▶ _Work task_
From the entries below, reproduce exactly the line containing "# F2 (on face) → F3 (cut, through all)", the line containing "Rectangle(F4_W, F4_H)", and every line in between, with nothing added.

___ Material supplied

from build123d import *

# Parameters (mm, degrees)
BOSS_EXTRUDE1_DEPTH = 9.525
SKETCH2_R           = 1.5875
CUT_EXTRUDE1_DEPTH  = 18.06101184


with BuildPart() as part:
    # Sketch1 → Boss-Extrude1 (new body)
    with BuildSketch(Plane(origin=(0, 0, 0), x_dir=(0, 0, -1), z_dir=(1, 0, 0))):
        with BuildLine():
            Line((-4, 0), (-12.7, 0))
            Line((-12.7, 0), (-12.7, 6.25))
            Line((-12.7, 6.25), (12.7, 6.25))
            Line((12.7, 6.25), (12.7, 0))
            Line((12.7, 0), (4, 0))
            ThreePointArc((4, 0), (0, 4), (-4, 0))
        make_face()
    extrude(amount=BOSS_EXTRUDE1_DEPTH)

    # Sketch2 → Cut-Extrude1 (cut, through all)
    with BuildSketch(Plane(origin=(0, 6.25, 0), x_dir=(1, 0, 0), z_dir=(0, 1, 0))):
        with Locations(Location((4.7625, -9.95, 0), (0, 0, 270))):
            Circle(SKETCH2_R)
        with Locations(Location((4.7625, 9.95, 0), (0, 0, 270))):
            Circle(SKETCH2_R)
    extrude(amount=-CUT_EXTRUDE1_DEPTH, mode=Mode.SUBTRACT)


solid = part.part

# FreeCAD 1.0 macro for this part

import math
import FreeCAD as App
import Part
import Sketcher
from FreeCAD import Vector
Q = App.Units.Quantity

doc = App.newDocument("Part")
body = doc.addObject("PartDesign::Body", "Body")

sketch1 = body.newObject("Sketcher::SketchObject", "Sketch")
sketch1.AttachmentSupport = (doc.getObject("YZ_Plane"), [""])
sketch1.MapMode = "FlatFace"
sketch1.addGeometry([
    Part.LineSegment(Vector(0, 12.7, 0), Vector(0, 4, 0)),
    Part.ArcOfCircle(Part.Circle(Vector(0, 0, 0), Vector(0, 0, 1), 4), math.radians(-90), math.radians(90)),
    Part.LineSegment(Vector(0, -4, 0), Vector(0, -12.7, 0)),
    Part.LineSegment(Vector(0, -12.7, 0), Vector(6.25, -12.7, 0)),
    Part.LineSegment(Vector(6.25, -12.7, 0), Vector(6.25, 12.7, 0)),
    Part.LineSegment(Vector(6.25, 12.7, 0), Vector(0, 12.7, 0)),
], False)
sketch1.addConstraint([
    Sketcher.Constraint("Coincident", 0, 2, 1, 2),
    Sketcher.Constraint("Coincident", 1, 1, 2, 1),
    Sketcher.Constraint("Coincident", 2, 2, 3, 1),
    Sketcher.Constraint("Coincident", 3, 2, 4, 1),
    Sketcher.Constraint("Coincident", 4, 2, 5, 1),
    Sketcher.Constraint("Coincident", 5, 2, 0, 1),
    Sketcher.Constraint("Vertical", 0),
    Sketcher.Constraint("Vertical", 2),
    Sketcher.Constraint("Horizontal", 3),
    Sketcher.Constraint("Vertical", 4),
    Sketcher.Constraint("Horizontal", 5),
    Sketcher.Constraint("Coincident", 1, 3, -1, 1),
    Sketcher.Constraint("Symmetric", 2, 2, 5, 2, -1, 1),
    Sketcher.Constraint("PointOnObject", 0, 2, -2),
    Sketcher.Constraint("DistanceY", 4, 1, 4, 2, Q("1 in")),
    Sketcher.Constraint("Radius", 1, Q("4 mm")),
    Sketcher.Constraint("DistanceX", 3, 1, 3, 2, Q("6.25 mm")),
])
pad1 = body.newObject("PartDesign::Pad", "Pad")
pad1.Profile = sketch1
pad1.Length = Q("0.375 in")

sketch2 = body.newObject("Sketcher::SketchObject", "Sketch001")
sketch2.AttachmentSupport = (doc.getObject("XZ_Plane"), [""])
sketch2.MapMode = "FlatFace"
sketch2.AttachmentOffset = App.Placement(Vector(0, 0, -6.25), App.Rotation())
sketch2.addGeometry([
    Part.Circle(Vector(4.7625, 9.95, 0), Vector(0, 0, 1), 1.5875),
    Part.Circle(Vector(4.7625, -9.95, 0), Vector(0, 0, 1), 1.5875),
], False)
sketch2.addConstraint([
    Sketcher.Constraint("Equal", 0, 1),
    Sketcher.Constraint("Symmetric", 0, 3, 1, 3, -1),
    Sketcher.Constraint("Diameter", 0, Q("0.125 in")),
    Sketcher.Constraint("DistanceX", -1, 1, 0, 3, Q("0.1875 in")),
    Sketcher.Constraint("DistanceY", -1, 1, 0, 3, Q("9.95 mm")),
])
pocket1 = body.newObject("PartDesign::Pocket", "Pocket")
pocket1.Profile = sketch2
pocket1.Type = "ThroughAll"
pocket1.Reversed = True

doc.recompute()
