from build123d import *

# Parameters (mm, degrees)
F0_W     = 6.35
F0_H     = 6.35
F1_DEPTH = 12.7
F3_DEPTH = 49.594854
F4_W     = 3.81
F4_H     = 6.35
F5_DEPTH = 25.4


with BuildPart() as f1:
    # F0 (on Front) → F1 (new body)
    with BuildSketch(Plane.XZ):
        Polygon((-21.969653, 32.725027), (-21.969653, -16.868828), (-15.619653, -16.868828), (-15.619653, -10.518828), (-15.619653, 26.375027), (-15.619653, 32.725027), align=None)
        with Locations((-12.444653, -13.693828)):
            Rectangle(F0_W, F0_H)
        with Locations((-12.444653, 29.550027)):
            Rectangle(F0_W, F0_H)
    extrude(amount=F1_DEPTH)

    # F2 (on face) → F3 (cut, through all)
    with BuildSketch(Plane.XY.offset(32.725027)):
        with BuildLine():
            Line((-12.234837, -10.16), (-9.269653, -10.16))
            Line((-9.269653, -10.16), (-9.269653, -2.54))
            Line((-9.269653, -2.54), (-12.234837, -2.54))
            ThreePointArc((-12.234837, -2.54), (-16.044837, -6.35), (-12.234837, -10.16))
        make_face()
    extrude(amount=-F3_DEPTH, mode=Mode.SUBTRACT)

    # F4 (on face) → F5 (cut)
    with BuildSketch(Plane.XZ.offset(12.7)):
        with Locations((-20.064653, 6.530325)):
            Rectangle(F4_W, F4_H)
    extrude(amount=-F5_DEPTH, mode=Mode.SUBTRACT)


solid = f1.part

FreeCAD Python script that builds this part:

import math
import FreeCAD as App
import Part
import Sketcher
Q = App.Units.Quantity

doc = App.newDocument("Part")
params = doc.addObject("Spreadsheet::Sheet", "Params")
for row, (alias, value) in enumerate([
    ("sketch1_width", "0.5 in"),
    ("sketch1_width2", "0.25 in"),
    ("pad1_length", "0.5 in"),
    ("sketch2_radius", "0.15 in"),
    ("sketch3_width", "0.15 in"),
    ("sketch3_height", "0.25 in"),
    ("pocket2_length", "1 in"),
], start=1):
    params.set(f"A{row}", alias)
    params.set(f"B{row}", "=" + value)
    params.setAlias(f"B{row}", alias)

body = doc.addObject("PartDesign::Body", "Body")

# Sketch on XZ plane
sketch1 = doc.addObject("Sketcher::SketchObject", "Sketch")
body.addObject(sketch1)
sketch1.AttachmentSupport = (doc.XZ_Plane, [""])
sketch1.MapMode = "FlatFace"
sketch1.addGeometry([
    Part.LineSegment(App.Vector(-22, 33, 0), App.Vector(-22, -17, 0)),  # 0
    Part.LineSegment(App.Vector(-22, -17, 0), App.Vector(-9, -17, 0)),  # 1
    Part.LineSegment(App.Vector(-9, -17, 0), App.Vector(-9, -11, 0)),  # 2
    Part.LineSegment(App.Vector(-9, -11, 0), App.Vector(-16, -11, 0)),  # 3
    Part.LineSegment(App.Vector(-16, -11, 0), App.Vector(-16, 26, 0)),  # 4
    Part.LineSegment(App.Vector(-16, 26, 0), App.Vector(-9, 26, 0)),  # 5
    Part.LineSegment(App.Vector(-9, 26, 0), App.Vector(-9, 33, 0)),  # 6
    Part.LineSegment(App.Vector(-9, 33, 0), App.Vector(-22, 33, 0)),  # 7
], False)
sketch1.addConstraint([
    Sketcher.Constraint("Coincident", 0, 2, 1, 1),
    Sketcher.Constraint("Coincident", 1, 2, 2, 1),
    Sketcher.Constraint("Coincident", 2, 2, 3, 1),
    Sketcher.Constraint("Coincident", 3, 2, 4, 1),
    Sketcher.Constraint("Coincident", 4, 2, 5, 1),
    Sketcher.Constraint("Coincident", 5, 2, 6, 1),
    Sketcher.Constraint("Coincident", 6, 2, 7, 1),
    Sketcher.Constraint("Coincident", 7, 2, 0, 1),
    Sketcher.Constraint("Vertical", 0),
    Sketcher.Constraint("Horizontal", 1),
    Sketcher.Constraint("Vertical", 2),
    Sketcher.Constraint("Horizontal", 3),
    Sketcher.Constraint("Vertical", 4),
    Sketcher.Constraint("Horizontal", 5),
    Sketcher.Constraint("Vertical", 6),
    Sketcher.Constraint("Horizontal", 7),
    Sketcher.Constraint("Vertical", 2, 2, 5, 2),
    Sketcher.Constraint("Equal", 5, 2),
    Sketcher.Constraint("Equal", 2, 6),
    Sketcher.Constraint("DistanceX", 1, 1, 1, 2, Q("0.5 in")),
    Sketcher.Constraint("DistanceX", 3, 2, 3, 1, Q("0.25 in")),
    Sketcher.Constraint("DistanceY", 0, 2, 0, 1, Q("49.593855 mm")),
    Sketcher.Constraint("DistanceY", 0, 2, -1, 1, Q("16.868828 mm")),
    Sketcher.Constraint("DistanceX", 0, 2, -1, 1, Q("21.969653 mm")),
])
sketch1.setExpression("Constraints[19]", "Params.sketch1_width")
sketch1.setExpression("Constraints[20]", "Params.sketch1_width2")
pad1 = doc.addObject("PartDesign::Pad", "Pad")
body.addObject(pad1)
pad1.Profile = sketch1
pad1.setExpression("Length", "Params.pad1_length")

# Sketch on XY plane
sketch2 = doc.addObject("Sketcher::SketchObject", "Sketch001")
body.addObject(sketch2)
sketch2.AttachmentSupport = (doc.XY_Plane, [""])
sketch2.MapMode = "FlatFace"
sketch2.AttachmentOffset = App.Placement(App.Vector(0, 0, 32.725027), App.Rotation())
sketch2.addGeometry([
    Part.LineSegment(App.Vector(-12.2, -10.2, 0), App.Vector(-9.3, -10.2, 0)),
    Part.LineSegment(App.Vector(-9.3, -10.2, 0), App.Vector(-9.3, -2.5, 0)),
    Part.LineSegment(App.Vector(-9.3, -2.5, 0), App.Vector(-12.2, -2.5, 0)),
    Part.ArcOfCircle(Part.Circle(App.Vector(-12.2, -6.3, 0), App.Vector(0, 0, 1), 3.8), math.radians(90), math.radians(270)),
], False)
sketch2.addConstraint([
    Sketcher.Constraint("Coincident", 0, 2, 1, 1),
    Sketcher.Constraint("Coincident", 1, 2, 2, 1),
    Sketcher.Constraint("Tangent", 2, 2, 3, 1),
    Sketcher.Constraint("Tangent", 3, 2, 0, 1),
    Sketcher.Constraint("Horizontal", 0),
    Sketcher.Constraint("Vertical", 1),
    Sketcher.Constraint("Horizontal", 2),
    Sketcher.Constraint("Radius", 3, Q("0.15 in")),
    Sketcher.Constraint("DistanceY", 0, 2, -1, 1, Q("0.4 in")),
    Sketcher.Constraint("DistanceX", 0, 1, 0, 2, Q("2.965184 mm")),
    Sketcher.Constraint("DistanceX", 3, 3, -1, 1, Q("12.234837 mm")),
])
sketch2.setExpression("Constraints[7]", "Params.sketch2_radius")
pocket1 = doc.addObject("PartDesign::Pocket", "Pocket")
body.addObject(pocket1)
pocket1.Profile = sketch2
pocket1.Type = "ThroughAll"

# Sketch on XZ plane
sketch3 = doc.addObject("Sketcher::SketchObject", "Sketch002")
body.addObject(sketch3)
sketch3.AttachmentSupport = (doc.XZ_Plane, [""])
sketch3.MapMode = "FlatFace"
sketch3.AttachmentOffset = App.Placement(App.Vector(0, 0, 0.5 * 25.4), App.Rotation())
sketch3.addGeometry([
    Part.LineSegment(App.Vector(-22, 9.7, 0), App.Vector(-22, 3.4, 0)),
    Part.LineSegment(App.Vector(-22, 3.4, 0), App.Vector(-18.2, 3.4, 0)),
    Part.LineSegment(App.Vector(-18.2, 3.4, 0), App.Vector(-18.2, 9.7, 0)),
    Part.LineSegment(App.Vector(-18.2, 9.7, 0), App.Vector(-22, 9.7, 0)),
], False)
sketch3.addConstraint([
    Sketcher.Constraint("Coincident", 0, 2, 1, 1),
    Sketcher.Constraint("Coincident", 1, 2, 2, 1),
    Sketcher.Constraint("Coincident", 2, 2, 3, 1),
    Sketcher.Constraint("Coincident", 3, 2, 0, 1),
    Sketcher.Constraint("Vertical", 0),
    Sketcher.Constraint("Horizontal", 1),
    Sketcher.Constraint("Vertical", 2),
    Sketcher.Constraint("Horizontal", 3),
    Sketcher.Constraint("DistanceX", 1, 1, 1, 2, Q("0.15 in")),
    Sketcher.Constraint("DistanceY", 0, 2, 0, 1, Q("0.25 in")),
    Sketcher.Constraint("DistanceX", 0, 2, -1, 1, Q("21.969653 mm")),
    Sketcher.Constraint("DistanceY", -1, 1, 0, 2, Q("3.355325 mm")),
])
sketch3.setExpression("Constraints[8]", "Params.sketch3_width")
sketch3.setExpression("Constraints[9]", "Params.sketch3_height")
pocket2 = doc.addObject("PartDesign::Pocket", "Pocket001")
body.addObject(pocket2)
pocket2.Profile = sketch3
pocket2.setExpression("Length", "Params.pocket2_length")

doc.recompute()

______

▶ _Answer area_
    # F2 (on face) → F3 (cut, through all)
    with BuildSketch(Plane.XY.offset(32.725027)):
        with BuildLine():
            Line((-12.234837, -10.16), (-9.269653, -10.16))
            Line((-9.269653, -10.16), (-9.269653, -2.54))
            Line((-9.269653, -2.54), (-12.234837, -2.54))
            ThreePointArc((-12.234837, -2.54), (-16.044837, -6.35), (-12.234837, -10.16))
        make_face()
    extrude(amount=-F3_DEPTH, mode=Mode.SUBTRACT)

    # F4 (on face) → F5 (cut)
    with BuildSketch(Plane.XZ.offset(12.7)):
        with Locations((-20.064653, 6.530325)):
            Rectangle(F4_W, F4_H)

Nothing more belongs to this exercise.